If I listen to your explanation, the trust (even thought hat word seems to have a different meaning all over the world) sounds like a reasonable structure. I do not think you want to set up a structure where all board members are personally liable (for example in the case someone wants to sue because of something written on Wikipedia). Can you also have a membership structure in a Kenyan trust? If so, that sounds more or less like an association in different jurisdictions. This is a common structure for chapters.
I do not know how the situation is in Kenya, but it might be helpful to submit bylaws at some point to a lawyer or civil servant informally to ask "would this be likely approved as tax-exampt in Kenya?" after you processed all changes you deem useful. That should save you some worries later on. Just a suggestion.
The situation that was suggested is a situation that sounds like a Dutch company with a board of directors and a board of commissioners. Also Wikimedia Indonesia has a similar structure - they are also structured like a company (non-profit). I do agree with Manuel that this would probably make things complicated for you, but I also would like to urge you to choose a structure that makes you feel comfortable, that is common in your country. I suggest you approach some organizations that are similar to yours (small associations) and ask them how they organized themselves. In any case it is important to have a clear division of responsibilities - describe your structure very clearly in your bylaws.
I totally agree there should be a way for the membership to replace the board members - but this does not have to be easy.
I agree with Manuel to have terms of 1 year instead of three. However, keep in mind it is common that board members are re-elected, so their actual term will likely be longer than one year.
Good luck with processing comments etc,
Lodewijk
2011/2/9 Manuel Schneider manuel.schneider@wikimedia.ch:
Hi Abbas, Ali and all list members,
thanks for the update and intense work on the bylaws.

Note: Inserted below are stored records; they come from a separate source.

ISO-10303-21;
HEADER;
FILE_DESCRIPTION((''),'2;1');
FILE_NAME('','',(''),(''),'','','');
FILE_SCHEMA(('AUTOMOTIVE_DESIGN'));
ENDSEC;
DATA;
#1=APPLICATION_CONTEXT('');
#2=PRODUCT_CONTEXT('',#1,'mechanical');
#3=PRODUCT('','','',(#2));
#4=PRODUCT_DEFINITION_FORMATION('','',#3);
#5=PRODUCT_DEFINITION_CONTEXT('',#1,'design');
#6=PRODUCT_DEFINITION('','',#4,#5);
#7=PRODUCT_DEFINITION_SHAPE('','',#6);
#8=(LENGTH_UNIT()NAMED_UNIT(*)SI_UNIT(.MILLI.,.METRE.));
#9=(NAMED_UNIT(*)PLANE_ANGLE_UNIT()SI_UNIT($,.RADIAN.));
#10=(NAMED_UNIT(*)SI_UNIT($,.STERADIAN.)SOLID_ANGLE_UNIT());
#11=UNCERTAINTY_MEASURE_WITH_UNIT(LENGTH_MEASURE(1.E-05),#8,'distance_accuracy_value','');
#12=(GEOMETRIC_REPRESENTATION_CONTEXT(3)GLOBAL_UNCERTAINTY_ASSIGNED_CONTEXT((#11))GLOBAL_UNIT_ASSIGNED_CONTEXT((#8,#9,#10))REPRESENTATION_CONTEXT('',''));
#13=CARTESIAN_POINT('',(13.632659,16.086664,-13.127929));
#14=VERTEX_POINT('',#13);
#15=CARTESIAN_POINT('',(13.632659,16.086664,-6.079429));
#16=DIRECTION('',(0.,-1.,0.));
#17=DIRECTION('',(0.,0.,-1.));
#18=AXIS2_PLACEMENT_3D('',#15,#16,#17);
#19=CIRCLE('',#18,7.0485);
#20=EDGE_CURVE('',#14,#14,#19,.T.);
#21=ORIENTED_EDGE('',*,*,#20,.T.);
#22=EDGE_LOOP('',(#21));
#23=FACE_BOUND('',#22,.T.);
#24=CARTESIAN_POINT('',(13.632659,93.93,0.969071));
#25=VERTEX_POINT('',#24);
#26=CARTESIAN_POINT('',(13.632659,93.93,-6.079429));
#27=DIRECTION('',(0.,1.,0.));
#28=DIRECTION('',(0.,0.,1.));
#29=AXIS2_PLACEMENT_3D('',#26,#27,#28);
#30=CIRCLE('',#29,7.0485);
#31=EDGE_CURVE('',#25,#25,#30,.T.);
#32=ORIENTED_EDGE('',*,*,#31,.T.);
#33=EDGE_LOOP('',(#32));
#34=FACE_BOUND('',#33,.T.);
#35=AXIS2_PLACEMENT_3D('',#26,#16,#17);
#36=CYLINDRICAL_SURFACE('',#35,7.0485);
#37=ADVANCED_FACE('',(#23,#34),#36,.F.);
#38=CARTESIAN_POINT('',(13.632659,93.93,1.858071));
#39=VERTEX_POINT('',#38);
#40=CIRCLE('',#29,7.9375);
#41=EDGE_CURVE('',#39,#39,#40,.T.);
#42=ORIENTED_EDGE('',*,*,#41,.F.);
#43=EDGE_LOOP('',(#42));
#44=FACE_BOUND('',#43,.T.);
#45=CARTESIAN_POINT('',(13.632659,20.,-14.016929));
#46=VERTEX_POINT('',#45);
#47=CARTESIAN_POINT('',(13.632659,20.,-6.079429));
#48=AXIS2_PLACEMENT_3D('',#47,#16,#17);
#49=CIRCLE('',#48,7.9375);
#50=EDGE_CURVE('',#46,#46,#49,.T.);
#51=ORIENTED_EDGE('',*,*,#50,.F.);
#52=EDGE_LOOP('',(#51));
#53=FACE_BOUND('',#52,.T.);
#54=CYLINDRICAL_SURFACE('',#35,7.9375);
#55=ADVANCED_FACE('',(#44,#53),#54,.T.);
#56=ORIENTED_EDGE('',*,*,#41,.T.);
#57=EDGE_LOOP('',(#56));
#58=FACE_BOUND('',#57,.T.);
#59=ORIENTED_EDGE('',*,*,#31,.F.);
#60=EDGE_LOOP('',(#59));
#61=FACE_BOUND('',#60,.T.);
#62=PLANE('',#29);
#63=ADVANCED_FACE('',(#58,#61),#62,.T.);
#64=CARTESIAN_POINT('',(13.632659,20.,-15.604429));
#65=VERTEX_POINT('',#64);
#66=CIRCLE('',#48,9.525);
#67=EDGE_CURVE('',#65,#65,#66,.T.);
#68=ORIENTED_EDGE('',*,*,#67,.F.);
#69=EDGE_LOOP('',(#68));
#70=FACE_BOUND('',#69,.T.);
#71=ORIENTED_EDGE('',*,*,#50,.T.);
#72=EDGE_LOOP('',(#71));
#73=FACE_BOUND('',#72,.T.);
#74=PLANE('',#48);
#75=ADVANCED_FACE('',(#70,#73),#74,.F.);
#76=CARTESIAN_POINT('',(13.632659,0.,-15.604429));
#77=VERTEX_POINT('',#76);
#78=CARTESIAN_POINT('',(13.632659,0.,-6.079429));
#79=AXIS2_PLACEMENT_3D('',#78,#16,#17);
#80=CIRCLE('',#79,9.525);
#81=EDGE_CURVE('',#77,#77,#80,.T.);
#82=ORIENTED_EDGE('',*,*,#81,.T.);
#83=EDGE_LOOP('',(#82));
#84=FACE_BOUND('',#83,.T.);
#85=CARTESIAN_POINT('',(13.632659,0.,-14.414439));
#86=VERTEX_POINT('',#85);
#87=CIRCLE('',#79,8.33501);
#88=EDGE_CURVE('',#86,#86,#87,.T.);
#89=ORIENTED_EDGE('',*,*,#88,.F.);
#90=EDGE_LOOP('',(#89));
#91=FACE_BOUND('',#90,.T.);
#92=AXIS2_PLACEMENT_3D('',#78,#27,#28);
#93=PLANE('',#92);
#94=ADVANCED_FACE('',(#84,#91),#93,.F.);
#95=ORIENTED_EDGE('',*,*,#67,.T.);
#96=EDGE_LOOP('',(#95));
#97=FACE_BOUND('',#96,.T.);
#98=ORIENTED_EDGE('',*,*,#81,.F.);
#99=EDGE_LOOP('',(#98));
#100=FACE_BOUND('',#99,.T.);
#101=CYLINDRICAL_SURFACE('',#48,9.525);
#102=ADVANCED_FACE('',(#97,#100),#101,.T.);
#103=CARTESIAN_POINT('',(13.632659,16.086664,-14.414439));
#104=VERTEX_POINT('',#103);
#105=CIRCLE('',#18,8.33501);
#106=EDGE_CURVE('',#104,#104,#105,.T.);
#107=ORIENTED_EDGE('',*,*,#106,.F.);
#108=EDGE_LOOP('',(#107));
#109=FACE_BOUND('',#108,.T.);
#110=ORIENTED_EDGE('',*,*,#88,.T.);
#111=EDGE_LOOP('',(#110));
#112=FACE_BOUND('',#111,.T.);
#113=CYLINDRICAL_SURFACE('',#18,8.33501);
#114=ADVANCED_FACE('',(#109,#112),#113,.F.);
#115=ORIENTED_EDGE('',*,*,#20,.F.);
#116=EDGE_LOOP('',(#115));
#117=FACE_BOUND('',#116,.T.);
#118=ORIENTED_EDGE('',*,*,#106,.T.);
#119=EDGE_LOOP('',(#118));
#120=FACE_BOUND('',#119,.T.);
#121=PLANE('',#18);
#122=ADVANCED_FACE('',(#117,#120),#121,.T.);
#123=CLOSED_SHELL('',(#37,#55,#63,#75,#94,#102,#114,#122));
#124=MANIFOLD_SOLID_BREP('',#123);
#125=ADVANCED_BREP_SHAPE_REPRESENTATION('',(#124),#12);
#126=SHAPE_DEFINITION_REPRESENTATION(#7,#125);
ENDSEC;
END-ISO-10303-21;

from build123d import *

# Parameters (mm, degrees)
SKETCH1_R           = 7.9375
SKETCH1_R_2         = 7.0485
BOSS_EXTRUDE1_DEPTH = 93.93
SKETCH2_R           = 9.525
SKETCH2_R_2         = 7.9375
BOSS_EXTRUDE2_DEPTH = 20
SKETCH3_R           = 8.33501
CUT_EXTRUDE1_DEPTH  = 16.086664195


with BuildPart() as part:
    # Sketch1 → Boss-Extrude1 (new body)
    with BuildSketch(Plane(origin=(0, 0, 0), x_dir=(1, 0, 0), z_dir=(0, 1, 0))):
        with Locations(Location((13.632659162, 6.079429086, 0), (0, 0, 270))):
            Circle(SKETCH1_R)
        with Locations(Location((13.632659162, 6.079429086, 0), (0, 0, 270))):
            Circle(SKETCH1_R_2, mode=Mode.SUBTRACT)
    extrude(amount=BOSS_EXTRUDE1_DEPTH)

    # Sketch2 → Boss-Extrude2 (add)
    with BuildSketch(Plane.XZ):
        with Locations(Location((13.632659162, -6.079429086, 0), (0, 0, 270))):
            Circle(SKETCH2_R)
        with Locations(Location((13.632659162, -6.079429086, 0), (0, 0, 270))):
            Circle(SKETCH2_R_2, mode=Mode.SUBTRACT)
    extrude(amount=-BOSS_EXTRUDE2_DEPTH)

    # Sketch3 → Cut-Extrude1 (cut)
    with BuildSketch(Plane.XZ):
        with Locations(Location((13.632659162, -6.079429086, 0), (0, 0, 270))):
            Circle(SKETCH3_R)
    extrude(amount=-CUT_EXTRUDE1_DEPTH, mode=Mode.SUBTRACT)


solid = part.part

Am 9.2.2011 schrieb "Abbas Mahmoud" abbasjnr@hotmail.com:
Society - The registration process is tedious, slow and requires alot of pushing. When we register as a society, WMKE will be an amorphous institution, meaning it can't be sued on it's own. Rather, it is the officials or trustees that can be sued. Property/assets are registered under the trustees. The Society should file annual returns (e.g. indicating any change in trustees).
What are the costs of this option?
Tax ExemptionAfter getting the Certificate of registration, we should contact the Minister for Finance and apply for tax exemption. The by-laws should clearly indicate that we are a non-profit organisation. A petition letter should be written to the Minister when applying for tax exemption with supporting documents (from WMF and/or ICT Board and/or Google Kenya). Tax exemption requires political pushing/influence -- so the duration of us getting tax exemption could be as short as a week and as long as decades!

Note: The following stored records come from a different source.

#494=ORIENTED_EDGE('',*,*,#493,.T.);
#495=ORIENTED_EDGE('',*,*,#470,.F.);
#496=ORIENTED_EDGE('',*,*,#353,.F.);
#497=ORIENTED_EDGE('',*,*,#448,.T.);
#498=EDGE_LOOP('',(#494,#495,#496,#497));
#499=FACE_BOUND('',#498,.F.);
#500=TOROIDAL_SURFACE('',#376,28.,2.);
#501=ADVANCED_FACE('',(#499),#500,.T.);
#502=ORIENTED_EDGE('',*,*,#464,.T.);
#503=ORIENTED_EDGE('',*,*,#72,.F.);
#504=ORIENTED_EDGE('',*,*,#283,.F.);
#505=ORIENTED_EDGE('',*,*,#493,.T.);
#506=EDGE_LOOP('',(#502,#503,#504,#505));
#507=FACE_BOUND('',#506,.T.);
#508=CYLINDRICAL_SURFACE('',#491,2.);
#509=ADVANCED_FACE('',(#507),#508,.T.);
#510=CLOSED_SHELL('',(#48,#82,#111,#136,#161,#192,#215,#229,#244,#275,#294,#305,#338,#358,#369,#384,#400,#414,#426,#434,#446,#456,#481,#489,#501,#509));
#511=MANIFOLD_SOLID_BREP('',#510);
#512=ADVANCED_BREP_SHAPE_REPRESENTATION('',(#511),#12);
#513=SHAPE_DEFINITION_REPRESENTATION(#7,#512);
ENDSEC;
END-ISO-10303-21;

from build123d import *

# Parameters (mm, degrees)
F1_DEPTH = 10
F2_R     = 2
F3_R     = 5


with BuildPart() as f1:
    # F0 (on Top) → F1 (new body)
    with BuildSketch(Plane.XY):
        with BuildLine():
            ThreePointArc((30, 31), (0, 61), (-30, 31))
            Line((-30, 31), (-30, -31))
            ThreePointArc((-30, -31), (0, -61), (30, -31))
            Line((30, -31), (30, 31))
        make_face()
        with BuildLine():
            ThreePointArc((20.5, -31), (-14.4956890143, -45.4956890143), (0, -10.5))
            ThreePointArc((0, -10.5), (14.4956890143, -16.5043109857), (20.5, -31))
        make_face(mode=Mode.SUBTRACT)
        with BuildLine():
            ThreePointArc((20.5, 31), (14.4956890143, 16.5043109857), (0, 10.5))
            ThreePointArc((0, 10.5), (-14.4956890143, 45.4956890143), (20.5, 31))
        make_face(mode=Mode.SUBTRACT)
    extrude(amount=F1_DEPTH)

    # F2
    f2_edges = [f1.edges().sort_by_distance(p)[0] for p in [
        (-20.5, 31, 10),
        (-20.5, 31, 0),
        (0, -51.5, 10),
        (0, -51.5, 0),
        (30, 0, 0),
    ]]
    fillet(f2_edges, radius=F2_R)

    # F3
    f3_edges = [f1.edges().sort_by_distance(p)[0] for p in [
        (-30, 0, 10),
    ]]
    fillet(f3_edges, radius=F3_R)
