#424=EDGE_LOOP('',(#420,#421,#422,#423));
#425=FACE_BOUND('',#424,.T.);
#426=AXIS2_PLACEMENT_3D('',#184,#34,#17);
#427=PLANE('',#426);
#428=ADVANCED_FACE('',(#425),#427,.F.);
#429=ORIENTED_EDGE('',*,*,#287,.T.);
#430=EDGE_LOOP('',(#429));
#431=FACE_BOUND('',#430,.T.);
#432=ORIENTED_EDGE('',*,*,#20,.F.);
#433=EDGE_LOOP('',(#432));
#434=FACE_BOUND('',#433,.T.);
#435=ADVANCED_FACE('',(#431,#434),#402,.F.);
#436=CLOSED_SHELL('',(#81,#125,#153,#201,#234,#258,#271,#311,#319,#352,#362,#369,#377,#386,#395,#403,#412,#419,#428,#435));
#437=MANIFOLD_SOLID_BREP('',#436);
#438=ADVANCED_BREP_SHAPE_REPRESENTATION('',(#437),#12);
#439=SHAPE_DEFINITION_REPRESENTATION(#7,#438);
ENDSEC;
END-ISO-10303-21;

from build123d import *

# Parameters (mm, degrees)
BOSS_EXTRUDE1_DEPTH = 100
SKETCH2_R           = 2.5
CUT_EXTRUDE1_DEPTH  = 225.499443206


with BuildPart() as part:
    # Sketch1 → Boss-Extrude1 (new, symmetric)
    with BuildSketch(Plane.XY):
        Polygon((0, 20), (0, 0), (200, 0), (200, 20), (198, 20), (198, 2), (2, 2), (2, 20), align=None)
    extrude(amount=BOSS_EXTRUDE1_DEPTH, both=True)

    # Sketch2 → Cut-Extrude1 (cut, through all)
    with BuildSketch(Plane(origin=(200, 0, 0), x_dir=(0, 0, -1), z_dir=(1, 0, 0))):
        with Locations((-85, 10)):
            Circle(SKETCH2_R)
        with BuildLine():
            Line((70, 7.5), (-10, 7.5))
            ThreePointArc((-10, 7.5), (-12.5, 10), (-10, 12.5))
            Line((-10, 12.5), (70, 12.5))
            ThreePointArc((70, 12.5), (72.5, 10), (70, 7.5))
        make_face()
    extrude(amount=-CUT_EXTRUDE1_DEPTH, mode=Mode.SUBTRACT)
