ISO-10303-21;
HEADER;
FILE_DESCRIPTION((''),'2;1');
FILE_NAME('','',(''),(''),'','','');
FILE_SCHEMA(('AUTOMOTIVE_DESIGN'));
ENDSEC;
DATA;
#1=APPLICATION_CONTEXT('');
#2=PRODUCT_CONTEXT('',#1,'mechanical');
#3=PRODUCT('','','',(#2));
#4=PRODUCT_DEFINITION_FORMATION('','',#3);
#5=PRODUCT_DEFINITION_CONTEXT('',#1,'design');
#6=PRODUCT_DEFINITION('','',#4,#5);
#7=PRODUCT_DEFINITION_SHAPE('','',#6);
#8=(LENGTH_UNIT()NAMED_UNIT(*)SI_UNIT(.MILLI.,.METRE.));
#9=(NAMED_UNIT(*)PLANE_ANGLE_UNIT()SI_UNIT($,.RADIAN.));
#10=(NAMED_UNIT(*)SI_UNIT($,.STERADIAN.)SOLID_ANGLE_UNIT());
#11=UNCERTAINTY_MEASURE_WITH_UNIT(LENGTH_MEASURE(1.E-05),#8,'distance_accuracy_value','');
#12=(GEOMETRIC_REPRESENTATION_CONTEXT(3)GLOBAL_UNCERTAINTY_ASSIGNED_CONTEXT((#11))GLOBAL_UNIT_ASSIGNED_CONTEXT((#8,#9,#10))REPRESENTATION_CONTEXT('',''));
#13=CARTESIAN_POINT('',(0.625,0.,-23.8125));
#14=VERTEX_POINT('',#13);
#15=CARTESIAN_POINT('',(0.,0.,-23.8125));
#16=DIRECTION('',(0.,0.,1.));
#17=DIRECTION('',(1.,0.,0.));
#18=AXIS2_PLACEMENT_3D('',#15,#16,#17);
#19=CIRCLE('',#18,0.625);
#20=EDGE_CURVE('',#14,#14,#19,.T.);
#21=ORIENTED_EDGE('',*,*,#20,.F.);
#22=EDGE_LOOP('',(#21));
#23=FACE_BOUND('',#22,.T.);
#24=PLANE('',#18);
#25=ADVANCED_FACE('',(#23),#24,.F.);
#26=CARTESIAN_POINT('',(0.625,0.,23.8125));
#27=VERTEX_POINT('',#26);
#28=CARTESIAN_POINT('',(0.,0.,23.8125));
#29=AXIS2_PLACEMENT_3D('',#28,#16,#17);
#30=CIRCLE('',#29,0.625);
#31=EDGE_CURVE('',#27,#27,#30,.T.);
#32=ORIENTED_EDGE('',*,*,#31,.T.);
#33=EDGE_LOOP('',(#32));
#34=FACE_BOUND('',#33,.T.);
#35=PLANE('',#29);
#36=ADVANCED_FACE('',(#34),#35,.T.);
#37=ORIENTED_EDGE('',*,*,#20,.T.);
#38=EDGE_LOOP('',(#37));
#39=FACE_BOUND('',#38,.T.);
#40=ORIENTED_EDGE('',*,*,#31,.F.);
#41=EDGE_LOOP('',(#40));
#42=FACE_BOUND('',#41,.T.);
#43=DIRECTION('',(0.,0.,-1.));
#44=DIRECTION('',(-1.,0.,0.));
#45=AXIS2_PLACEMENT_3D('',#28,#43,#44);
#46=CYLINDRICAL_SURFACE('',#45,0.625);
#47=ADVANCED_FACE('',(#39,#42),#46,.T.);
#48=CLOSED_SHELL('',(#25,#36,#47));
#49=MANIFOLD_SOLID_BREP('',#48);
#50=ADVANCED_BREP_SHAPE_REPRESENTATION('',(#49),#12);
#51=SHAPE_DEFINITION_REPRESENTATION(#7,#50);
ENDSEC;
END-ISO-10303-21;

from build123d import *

# Parameters (mm, degrees)
SKETCH3_R                = 0.625
BOSS_EXTRUDE1_DEPTH      = 23.8125
BOSS_EXTRUDE1_DEPTH_BACK = 23.8125


with BuildPart() as part:
    # Sketch3 → Boss-Extrude1 (new body, two sides)
    with BuildSketch(Plane.XY) as boss_extrude1_sk:
        Circle(SKETCH3_R)
    extrude(amount=BOSS_EXTRUDE1_DEPTH)
    extrude(boss_extrude1_sk.sketch, amount=-BOSS_EXTRUDE1_DEPTH_BACK)


solid = part.part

Does this apply for Trust or Society or both?
Bylaws:The lawyer has proposed some changes to the bylaws:-That we have a two-tier board structure: The Board Of Trustees & The Executive Committee. The EC could be in charge of funding/project proposals etc while the Board oversees and has the final say in whatever the EC might suggest. We could have 2 board members in the EC as well.
hmm, I don't understand why making it so complicated. I haven't heard of one chapter that has this kind of construction. In contrast, normally you have the problem of not being able to find enough members to candidate. This will be even worse if you have two committees.

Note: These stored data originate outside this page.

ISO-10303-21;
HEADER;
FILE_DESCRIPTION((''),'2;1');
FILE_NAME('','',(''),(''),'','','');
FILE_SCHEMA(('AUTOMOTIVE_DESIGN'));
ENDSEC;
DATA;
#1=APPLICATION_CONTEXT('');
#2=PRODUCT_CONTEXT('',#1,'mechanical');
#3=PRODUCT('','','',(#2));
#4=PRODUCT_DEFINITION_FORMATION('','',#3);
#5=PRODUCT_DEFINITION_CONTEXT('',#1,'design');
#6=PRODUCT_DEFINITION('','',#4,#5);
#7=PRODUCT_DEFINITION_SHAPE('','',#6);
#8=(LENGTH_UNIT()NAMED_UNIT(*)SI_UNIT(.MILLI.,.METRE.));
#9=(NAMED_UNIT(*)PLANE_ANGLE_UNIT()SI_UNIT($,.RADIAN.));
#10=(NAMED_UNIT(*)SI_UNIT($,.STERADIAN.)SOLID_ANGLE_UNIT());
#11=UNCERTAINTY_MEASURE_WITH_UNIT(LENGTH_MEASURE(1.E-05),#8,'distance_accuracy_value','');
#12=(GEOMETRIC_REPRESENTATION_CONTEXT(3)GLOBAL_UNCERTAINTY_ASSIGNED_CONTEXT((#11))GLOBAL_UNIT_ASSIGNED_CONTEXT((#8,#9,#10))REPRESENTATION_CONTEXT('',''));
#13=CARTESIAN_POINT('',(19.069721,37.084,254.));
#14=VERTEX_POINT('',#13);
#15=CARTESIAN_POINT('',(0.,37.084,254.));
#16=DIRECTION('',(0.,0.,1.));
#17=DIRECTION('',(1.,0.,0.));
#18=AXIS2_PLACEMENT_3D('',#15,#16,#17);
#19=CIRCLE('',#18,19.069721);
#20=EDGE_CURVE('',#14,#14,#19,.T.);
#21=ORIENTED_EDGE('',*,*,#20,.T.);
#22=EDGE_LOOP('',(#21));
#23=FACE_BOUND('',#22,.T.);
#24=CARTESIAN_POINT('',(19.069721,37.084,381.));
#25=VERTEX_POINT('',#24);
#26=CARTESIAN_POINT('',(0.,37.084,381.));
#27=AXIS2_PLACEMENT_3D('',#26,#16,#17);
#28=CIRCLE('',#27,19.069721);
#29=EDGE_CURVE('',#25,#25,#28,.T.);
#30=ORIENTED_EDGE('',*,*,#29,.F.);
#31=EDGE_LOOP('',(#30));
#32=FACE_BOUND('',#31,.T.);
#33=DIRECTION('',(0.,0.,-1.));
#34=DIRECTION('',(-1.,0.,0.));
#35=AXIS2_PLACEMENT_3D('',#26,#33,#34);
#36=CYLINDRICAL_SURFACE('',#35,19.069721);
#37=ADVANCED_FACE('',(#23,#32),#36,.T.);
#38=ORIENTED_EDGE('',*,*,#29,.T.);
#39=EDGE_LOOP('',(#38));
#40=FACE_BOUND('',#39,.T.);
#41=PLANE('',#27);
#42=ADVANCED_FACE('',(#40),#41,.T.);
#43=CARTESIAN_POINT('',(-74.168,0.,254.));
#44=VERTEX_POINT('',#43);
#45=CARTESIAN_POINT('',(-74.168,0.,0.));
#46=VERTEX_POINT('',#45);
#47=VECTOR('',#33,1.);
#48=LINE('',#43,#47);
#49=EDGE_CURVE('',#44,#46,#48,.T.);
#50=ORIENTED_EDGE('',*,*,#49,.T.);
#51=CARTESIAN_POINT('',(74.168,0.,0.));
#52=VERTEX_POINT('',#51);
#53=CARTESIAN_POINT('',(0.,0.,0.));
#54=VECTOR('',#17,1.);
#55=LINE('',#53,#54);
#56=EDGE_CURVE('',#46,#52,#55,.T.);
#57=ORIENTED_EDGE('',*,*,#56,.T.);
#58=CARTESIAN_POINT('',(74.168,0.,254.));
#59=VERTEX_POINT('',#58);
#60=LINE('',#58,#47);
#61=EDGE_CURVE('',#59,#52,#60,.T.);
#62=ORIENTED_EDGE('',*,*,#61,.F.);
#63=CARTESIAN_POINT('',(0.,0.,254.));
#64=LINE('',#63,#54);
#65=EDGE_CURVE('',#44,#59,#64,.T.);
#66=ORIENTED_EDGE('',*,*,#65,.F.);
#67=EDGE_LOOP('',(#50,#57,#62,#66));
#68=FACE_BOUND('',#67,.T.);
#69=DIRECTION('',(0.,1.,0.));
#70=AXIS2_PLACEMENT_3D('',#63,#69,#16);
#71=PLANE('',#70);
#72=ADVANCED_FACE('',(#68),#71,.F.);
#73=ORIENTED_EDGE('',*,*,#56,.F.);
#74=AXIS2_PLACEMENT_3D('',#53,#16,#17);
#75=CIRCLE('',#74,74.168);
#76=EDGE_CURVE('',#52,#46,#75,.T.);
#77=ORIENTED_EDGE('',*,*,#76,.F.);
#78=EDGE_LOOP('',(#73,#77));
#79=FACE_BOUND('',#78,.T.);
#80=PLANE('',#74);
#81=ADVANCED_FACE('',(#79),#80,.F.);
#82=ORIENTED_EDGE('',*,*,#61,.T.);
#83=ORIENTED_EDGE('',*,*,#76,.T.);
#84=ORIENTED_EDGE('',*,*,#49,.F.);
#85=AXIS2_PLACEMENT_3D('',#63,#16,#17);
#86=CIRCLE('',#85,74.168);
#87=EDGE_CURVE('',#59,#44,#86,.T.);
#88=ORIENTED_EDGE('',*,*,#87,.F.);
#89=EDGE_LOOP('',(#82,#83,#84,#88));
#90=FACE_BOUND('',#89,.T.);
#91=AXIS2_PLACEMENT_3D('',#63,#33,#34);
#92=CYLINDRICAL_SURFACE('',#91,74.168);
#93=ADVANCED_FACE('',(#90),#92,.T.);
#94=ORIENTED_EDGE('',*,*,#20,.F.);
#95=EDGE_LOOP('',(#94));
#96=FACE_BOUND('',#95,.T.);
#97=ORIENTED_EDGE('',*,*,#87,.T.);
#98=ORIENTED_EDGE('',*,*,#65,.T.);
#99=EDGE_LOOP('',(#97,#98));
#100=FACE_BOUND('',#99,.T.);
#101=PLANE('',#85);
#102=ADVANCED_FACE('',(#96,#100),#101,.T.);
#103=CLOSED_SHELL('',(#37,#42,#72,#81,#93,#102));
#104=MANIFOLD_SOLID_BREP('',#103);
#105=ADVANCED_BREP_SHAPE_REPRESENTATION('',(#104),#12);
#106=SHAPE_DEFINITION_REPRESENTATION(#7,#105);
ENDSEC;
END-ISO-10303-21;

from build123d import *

# Parameters (mm, degrees)
SALIENTE_EXTRUIR1_DEPTH = 254
CROQUIS2_R              = 19.069720967
SALIENTE_EXTRUIR2_DEPTH = 127


with BuildPart() as part:
    # Croquis1 → Saliente-Extruir1 (new body)
    with BuildSketch(Plane.XY):
        with BuildLine():
            Line((0, 0), (-74.168, 0))
            ThreePointArc((-74.168, 0), (0, 74.168), (74.168, 0))
            Line((74.168, 0), (0, 0))
        make_face()
    extrude(amount=SALIENTE_EXTRUIR1_DEPTH)

    # Croquis2 → Saliente-Extruir2 (add)
    with BuildSketch(Plane.XY.offset(254)):
        with Locations((0, 37.084)):
            Circle(CROQUIS2_R)
    extrude(amount=SALIENTE_EXTRUIR2_DEPTH)


solid = part.part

Wikimedia Germany tried to set up such a structure just a few weeks ago by the change of bylaws (which was not approved by the members). But they have more than 650 members, eight board members and about 30 employees. The reason to split the committees was to split responsibilities, as the board is responsible (and liable) for what the Managing Director does.
I think that all this is not an issue of WMKE and even if it becomes an issue in the future it will take some years - then you can still change the bylaws accordingly - if your members really want that. WMDE for instance has still trouble finding enough members for their board of eight.
For now, with much less ressources, keep it stupid and simple. Try to avoid overhead where possible.
-That he will include a "no-confidence" section in the bylaws, so that if and when the members are dissatisfied with the Board, they have the power to vote them off.
This should really be a standard in all bylaws, I totally agree.
-That the Board members that will be elected should sit in it for 3 years (rather than 1 year). This is because a year is not enough for the Board to familiarise, set things straight, come up with a strategic plan, etc.
I oppose this. While one year seems to be the standard, also among Wikimedia Chapters, that was also part of the bylaw change at WMDE that didn't get approved, and I assert (personal oponion) that the reason that the bylaw change failed was because of this.
I understand the idea and the argument behind it. Anyway I have never seen it as an issue, neither in WMDE, WMCH nor WMAT. WMDE still worked out a 10 year plan. On another note I think it is vital for a democratic movement such as Wikimedia that decisions (such as board votes) can be easily revised once a year. Most board members won't change anyway because they candidate again and will be voted again - if they did a good job, and that's the most important part! If they don't do a good job - how to get rid of them? Even though you have no-confidence paragraph now in your bylaws it is very hard to go through that process - we just did (for my first time ever) that in WMDE, and it was a lot of trouble. Also think of people that do not candidate again. Do you want to force them to drop out during their period? Then you will still have again order a general assembly to get them replaced, or you just nominate replacements - not democratic. Or you risk that you end up with half of the board being inactive after two years, taking away your ability to act.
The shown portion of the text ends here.